#### TASK TO CARRY OUT:
Search each line of the data for the word "construction"; copy every line where it is found.

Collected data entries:
========================
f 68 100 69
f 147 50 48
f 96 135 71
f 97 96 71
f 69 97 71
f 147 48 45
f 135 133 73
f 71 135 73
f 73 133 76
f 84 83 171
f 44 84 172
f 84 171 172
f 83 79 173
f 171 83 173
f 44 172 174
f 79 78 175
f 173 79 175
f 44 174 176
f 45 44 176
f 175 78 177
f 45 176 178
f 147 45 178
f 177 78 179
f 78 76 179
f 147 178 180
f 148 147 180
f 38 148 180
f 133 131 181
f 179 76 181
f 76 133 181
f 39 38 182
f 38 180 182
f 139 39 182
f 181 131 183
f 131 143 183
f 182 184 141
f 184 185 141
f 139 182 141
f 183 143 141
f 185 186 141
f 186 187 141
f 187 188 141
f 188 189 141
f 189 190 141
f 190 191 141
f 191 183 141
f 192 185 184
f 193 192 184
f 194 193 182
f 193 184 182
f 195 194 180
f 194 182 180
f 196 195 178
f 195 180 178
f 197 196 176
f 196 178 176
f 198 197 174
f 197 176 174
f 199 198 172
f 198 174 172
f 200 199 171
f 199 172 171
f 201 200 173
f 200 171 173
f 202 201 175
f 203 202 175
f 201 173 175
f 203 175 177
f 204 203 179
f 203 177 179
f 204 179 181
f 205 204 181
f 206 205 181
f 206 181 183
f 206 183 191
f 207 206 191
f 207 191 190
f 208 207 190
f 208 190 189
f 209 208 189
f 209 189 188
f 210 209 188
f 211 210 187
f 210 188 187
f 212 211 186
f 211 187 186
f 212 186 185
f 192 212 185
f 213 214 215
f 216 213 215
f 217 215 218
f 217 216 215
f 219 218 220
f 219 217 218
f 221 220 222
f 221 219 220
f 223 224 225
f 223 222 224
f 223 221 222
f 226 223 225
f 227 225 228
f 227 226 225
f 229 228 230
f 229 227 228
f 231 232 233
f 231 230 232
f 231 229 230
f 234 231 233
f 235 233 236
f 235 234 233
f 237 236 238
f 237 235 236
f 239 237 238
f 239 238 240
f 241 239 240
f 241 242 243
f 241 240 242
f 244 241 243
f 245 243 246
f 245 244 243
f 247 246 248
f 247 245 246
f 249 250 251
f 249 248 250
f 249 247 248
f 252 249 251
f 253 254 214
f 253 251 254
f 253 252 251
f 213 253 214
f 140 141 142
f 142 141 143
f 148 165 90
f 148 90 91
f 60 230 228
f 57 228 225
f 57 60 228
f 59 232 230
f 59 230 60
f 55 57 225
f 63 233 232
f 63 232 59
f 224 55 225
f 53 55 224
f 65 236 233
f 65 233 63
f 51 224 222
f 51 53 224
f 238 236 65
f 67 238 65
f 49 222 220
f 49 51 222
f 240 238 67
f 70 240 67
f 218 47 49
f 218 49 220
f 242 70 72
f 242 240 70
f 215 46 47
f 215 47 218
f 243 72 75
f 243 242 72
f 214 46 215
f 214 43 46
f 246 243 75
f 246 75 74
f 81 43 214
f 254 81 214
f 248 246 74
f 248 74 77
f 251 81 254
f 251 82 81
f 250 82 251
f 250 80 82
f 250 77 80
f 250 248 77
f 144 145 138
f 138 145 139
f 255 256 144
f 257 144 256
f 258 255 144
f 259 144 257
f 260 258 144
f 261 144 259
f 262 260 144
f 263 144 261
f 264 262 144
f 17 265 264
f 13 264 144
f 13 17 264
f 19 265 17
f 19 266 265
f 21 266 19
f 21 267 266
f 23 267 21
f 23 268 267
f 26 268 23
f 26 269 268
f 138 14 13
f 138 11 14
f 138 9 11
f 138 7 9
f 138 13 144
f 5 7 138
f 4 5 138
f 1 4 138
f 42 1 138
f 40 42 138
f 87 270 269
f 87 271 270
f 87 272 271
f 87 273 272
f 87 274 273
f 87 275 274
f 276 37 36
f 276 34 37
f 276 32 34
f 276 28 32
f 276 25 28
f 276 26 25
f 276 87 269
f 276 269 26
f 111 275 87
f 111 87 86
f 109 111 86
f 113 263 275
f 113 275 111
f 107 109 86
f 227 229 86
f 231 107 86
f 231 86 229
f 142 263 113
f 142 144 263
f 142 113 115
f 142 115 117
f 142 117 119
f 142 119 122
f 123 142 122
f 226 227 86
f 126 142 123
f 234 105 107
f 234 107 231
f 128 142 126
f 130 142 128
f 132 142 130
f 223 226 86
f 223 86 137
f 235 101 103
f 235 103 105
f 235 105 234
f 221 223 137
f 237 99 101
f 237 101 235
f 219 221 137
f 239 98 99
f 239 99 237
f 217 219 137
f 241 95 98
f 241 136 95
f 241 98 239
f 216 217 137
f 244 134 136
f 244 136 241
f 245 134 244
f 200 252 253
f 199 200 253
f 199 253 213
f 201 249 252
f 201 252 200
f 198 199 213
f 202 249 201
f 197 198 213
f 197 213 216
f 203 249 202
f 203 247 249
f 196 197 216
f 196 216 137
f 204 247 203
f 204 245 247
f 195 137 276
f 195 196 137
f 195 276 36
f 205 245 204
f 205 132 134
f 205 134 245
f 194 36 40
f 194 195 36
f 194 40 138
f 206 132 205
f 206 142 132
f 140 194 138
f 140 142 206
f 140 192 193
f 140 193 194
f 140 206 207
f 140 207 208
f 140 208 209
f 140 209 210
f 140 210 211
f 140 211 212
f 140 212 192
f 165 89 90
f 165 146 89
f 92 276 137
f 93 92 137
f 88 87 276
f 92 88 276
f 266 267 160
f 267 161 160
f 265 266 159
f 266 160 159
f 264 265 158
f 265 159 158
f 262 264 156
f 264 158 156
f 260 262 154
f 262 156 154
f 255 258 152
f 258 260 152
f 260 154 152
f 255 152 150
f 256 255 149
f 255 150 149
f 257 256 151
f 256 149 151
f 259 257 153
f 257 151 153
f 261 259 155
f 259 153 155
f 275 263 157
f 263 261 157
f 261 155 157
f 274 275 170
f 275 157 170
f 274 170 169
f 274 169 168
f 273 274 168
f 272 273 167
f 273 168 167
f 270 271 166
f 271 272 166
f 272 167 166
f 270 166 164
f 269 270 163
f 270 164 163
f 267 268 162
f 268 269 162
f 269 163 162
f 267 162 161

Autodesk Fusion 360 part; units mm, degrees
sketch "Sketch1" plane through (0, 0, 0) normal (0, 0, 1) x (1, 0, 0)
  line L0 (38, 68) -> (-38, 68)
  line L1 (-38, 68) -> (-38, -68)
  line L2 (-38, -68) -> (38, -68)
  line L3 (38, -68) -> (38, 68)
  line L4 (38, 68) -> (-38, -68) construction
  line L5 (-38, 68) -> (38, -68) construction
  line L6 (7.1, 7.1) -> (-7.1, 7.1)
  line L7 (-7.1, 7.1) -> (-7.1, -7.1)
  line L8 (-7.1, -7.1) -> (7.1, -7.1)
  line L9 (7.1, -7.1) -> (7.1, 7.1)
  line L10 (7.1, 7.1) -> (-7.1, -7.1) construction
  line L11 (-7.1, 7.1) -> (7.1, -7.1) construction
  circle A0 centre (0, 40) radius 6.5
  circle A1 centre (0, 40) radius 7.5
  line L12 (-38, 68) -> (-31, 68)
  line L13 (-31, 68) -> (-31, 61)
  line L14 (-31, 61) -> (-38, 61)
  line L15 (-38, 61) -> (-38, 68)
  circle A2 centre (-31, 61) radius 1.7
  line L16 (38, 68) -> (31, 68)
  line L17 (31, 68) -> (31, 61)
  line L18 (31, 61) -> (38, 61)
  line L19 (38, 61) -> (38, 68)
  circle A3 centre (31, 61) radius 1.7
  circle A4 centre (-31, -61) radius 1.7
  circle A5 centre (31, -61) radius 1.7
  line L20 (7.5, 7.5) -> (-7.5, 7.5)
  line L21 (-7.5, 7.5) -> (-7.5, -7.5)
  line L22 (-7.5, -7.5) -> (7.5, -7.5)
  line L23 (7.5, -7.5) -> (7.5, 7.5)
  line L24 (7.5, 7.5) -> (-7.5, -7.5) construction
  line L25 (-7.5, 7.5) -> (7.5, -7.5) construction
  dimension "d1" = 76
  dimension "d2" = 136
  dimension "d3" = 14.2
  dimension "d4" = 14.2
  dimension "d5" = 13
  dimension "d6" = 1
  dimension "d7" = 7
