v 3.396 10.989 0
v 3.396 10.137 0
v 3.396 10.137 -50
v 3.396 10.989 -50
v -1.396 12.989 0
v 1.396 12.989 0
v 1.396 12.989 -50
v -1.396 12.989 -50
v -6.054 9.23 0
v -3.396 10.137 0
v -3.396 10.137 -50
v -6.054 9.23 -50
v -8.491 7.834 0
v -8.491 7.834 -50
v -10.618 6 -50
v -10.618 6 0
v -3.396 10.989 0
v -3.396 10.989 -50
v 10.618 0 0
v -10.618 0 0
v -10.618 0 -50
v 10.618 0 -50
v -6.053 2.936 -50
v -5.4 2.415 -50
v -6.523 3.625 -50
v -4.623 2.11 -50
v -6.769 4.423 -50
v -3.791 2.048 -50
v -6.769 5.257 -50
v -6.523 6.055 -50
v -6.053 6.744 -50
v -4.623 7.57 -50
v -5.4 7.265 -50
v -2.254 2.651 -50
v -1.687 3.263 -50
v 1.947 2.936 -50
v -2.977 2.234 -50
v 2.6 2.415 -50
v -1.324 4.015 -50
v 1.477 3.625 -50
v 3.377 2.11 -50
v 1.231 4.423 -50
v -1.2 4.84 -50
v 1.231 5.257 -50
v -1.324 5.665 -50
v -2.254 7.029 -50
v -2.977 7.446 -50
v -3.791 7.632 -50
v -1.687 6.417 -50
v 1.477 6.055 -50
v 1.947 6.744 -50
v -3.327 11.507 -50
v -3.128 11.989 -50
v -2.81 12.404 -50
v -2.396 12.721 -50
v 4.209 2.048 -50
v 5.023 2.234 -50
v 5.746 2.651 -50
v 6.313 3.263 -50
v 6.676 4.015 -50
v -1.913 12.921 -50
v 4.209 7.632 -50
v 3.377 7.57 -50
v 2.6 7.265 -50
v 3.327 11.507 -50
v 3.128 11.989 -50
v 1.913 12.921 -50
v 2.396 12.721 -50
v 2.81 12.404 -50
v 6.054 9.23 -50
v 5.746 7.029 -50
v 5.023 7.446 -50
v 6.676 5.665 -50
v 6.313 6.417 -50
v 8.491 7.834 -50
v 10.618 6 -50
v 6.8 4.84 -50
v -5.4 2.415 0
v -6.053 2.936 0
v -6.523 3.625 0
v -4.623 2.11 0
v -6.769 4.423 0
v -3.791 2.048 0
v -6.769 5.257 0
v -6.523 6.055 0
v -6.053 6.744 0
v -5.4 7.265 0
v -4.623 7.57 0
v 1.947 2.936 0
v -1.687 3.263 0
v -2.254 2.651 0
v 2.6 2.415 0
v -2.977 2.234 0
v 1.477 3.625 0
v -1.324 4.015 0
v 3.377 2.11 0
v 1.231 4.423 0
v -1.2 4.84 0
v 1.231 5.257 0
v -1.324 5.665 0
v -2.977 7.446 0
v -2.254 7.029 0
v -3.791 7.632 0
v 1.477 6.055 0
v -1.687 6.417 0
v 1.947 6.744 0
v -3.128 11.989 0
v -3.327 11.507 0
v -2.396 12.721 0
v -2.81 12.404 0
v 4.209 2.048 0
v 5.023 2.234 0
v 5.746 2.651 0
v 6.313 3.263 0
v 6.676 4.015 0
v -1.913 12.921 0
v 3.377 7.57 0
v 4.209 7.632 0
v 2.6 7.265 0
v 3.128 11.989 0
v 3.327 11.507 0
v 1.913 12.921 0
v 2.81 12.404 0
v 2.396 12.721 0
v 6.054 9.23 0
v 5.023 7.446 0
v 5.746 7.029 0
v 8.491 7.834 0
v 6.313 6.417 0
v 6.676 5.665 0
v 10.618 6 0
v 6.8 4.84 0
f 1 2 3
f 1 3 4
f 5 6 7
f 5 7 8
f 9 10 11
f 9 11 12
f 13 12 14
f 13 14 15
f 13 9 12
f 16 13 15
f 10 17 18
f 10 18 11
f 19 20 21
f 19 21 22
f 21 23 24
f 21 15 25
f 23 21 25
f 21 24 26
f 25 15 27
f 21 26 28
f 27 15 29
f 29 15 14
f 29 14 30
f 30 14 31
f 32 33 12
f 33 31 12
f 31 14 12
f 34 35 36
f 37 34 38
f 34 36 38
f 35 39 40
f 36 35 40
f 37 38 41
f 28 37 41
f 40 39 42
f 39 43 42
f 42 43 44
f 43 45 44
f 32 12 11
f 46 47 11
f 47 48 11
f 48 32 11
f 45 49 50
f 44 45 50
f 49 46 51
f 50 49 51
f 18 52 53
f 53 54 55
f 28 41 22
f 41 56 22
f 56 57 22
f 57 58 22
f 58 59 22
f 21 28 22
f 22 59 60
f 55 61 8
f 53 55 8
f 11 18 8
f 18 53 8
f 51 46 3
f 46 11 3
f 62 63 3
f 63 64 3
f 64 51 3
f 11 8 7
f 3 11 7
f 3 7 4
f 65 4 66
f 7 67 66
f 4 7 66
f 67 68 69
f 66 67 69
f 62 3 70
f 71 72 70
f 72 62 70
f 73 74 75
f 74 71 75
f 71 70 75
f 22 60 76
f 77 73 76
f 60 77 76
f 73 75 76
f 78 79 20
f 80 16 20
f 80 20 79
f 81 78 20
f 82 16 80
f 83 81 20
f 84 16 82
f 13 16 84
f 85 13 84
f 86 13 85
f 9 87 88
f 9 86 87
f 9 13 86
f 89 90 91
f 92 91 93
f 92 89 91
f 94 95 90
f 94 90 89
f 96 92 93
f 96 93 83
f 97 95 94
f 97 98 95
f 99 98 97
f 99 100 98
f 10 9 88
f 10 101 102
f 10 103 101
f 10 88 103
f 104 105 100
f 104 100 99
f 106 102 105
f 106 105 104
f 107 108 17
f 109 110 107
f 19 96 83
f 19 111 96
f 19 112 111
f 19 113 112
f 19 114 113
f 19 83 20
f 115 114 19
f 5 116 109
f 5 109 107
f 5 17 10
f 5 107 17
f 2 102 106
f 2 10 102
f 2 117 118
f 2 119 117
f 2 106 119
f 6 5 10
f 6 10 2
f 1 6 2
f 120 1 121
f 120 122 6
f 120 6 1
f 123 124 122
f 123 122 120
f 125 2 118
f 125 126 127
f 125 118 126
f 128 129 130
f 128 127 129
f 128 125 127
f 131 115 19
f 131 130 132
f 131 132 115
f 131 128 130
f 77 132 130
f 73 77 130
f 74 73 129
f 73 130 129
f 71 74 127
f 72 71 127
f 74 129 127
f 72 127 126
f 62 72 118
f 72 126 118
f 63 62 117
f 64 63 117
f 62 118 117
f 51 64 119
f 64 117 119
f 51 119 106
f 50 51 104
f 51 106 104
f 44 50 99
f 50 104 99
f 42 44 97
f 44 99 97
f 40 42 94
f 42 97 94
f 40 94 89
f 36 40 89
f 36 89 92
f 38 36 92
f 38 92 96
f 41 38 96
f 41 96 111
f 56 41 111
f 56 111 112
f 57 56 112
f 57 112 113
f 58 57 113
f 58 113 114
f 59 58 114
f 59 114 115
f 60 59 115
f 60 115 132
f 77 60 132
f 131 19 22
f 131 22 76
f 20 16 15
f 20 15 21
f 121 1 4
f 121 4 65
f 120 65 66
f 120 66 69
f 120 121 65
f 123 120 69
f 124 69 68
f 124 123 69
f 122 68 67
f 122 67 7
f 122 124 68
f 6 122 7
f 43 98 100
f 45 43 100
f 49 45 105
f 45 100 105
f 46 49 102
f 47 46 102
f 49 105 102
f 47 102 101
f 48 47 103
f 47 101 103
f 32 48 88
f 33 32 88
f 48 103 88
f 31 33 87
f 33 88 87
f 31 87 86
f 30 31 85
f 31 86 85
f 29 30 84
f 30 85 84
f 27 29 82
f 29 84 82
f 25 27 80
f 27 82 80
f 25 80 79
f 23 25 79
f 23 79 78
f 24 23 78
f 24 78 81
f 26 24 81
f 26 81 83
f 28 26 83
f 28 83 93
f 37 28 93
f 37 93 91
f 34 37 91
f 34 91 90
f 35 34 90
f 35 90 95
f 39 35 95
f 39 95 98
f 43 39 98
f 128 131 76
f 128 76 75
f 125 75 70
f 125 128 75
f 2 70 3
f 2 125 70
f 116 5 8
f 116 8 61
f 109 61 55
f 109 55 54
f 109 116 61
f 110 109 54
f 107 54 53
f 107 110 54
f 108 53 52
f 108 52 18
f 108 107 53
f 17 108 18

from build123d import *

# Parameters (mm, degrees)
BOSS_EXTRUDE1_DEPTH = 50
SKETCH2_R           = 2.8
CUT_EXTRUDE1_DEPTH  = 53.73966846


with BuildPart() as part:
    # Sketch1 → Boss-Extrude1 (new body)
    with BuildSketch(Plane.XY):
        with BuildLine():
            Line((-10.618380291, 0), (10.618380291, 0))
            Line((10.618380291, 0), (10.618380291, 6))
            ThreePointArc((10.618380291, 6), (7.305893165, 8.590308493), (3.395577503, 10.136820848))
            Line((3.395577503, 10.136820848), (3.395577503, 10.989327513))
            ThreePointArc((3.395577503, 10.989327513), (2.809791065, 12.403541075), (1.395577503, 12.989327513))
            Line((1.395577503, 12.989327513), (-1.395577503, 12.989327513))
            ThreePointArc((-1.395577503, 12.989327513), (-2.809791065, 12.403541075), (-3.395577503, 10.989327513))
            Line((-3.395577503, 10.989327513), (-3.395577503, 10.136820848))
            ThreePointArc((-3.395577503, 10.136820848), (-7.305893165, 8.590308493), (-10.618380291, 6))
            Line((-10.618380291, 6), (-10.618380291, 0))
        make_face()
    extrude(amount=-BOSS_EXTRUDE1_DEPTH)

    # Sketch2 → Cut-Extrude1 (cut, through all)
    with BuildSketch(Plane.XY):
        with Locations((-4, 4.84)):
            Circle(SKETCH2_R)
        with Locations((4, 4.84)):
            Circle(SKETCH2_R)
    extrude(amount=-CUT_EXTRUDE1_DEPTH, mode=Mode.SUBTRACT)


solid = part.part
========================
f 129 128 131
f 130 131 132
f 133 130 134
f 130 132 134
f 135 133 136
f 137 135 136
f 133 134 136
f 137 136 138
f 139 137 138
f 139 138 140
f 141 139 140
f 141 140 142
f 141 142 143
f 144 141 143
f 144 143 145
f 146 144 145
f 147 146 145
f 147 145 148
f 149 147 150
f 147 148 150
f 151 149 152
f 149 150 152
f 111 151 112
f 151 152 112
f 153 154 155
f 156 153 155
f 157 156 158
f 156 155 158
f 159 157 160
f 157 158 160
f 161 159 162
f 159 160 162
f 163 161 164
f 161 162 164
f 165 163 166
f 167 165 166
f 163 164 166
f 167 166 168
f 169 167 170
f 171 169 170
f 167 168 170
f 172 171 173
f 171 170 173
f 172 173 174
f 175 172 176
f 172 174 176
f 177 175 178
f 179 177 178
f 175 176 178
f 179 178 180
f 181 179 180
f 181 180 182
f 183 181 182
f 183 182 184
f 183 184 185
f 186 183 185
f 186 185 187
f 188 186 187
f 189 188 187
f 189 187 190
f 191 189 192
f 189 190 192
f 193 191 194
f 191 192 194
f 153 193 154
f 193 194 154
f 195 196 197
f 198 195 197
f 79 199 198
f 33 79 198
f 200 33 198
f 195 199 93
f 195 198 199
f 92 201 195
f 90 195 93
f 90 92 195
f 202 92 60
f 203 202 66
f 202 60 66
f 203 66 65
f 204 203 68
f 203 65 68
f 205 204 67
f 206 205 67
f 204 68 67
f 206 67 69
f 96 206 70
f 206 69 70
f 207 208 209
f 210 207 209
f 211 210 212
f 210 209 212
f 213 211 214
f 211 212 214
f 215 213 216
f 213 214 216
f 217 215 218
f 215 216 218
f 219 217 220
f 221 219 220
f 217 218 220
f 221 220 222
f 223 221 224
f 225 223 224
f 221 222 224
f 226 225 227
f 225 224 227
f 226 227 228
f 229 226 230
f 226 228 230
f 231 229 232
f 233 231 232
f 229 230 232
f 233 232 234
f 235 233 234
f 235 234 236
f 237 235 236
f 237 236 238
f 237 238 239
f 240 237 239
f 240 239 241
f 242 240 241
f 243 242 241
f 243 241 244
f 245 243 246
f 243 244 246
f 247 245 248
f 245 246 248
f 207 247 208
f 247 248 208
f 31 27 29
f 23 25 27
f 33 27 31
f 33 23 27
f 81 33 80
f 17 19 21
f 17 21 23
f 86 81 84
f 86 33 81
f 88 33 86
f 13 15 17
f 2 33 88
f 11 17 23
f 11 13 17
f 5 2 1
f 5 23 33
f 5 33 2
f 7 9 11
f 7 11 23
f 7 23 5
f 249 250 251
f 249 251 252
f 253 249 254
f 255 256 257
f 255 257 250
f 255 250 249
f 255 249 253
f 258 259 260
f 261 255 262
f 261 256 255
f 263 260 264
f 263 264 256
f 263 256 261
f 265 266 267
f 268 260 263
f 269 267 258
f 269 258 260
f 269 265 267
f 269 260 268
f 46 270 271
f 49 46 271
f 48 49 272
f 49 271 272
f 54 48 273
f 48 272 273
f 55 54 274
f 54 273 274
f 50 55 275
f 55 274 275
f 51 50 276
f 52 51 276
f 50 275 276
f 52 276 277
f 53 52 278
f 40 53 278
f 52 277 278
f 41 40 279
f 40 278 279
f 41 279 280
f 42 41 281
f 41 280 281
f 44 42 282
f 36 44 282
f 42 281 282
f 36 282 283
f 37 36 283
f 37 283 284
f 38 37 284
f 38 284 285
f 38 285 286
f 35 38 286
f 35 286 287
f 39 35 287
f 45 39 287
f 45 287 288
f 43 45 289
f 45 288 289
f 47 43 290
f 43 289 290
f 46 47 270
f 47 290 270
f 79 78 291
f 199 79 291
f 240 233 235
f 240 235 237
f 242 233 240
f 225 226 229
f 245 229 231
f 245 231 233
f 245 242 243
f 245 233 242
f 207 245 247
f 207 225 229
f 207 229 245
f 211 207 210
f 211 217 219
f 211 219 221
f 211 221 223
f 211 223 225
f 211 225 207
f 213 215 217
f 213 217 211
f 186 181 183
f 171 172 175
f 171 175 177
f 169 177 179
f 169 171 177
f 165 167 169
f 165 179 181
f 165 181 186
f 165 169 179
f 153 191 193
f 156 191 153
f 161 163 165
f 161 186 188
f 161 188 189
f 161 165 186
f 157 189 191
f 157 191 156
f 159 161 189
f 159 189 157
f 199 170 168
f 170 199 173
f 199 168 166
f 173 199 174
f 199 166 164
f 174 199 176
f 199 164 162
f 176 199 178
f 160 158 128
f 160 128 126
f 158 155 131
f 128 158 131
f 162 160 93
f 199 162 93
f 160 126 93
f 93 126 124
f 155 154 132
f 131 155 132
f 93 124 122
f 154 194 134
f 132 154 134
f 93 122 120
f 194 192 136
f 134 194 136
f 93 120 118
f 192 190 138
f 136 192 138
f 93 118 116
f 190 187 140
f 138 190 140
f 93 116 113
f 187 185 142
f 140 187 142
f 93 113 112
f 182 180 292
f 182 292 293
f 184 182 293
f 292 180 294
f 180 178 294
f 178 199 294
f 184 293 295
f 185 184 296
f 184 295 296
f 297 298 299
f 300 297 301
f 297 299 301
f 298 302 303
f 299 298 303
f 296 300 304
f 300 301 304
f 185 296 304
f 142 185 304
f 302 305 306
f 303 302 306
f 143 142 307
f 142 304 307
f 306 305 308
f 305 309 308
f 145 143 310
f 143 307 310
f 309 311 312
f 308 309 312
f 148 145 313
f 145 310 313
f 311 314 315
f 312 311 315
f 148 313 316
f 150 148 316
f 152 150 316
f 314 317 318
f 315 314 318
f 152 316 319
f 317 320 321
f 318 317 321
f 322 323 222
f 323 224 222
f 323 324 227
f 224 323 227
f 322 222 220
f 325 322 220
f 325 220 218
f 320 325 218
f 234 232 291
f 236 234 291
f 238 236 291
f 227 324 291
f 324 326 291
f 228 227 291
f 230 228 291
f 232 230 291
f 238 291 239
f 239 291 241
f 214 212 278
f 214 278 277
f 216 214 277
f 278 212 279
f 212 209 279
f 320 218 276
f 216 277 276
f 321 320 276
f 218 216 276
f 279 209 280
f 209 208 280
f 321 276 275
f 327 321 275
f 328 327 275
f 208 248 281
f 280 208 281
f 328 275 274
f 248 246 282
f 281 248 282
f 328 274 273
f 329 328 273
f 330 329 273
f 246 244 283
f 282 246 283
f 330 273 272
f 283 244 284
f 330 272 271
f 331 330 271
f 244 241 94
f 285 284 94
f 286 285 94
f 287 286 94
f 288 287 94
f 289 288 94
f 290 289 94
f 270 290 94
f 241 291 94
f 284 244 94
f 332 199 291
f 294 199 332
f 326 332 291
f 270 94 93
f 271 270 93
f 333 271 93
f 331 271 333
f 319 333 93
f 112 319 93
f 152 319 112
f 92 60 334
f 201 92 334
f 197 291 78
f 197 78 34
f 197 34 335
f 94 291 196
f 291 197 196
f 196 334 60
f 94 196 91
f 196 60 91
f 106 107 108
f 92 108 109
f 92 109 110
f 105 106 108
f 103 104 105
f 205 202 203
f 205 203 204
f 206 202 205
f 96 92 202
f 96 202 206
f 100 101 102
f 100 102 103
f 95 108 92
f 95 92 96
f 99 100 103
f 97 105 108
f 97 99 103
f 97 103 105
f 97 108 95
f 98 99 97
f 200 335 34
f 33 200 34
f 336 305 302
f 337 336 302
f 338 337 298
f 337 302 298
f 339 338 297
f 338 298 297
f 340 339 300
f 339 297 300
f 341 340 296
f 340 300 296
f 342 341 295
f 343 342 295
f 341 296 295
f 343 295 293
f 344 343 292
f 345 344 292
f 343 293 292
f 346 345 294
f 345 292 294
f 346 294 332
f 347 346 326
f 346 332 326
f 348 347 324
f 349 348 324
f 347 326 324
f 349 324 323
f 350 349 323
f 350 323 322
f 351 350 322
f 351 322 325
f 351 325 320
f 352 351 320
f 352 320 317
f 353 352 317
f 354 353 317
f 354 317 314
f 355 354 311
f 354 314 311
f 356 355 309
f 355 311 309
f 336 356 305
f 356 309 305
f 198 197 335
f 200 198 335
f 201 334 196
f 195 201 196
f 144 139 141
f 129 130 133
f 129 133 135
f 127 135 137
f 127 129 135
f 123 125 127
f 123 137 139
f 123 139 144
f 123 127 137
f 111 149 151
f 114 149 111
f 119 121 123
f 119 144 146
========================
#### RESULT BELOW:
  line L4 (38, 68) -> (-38, -68) construction
  line L5 (-38, 68) -> (38, -68) construction
  line L10 (7.1, 7.1) -> (-7.1, -7.1) construction
  line L11 (-7.1, 7.1) -> (7.1, -7.1) construction
  line L24 (7.5, 7.5) -> (-7.5, -7.5) construction
  line L25 (-7.5, 7.5) -> (7.5, -7.5) construction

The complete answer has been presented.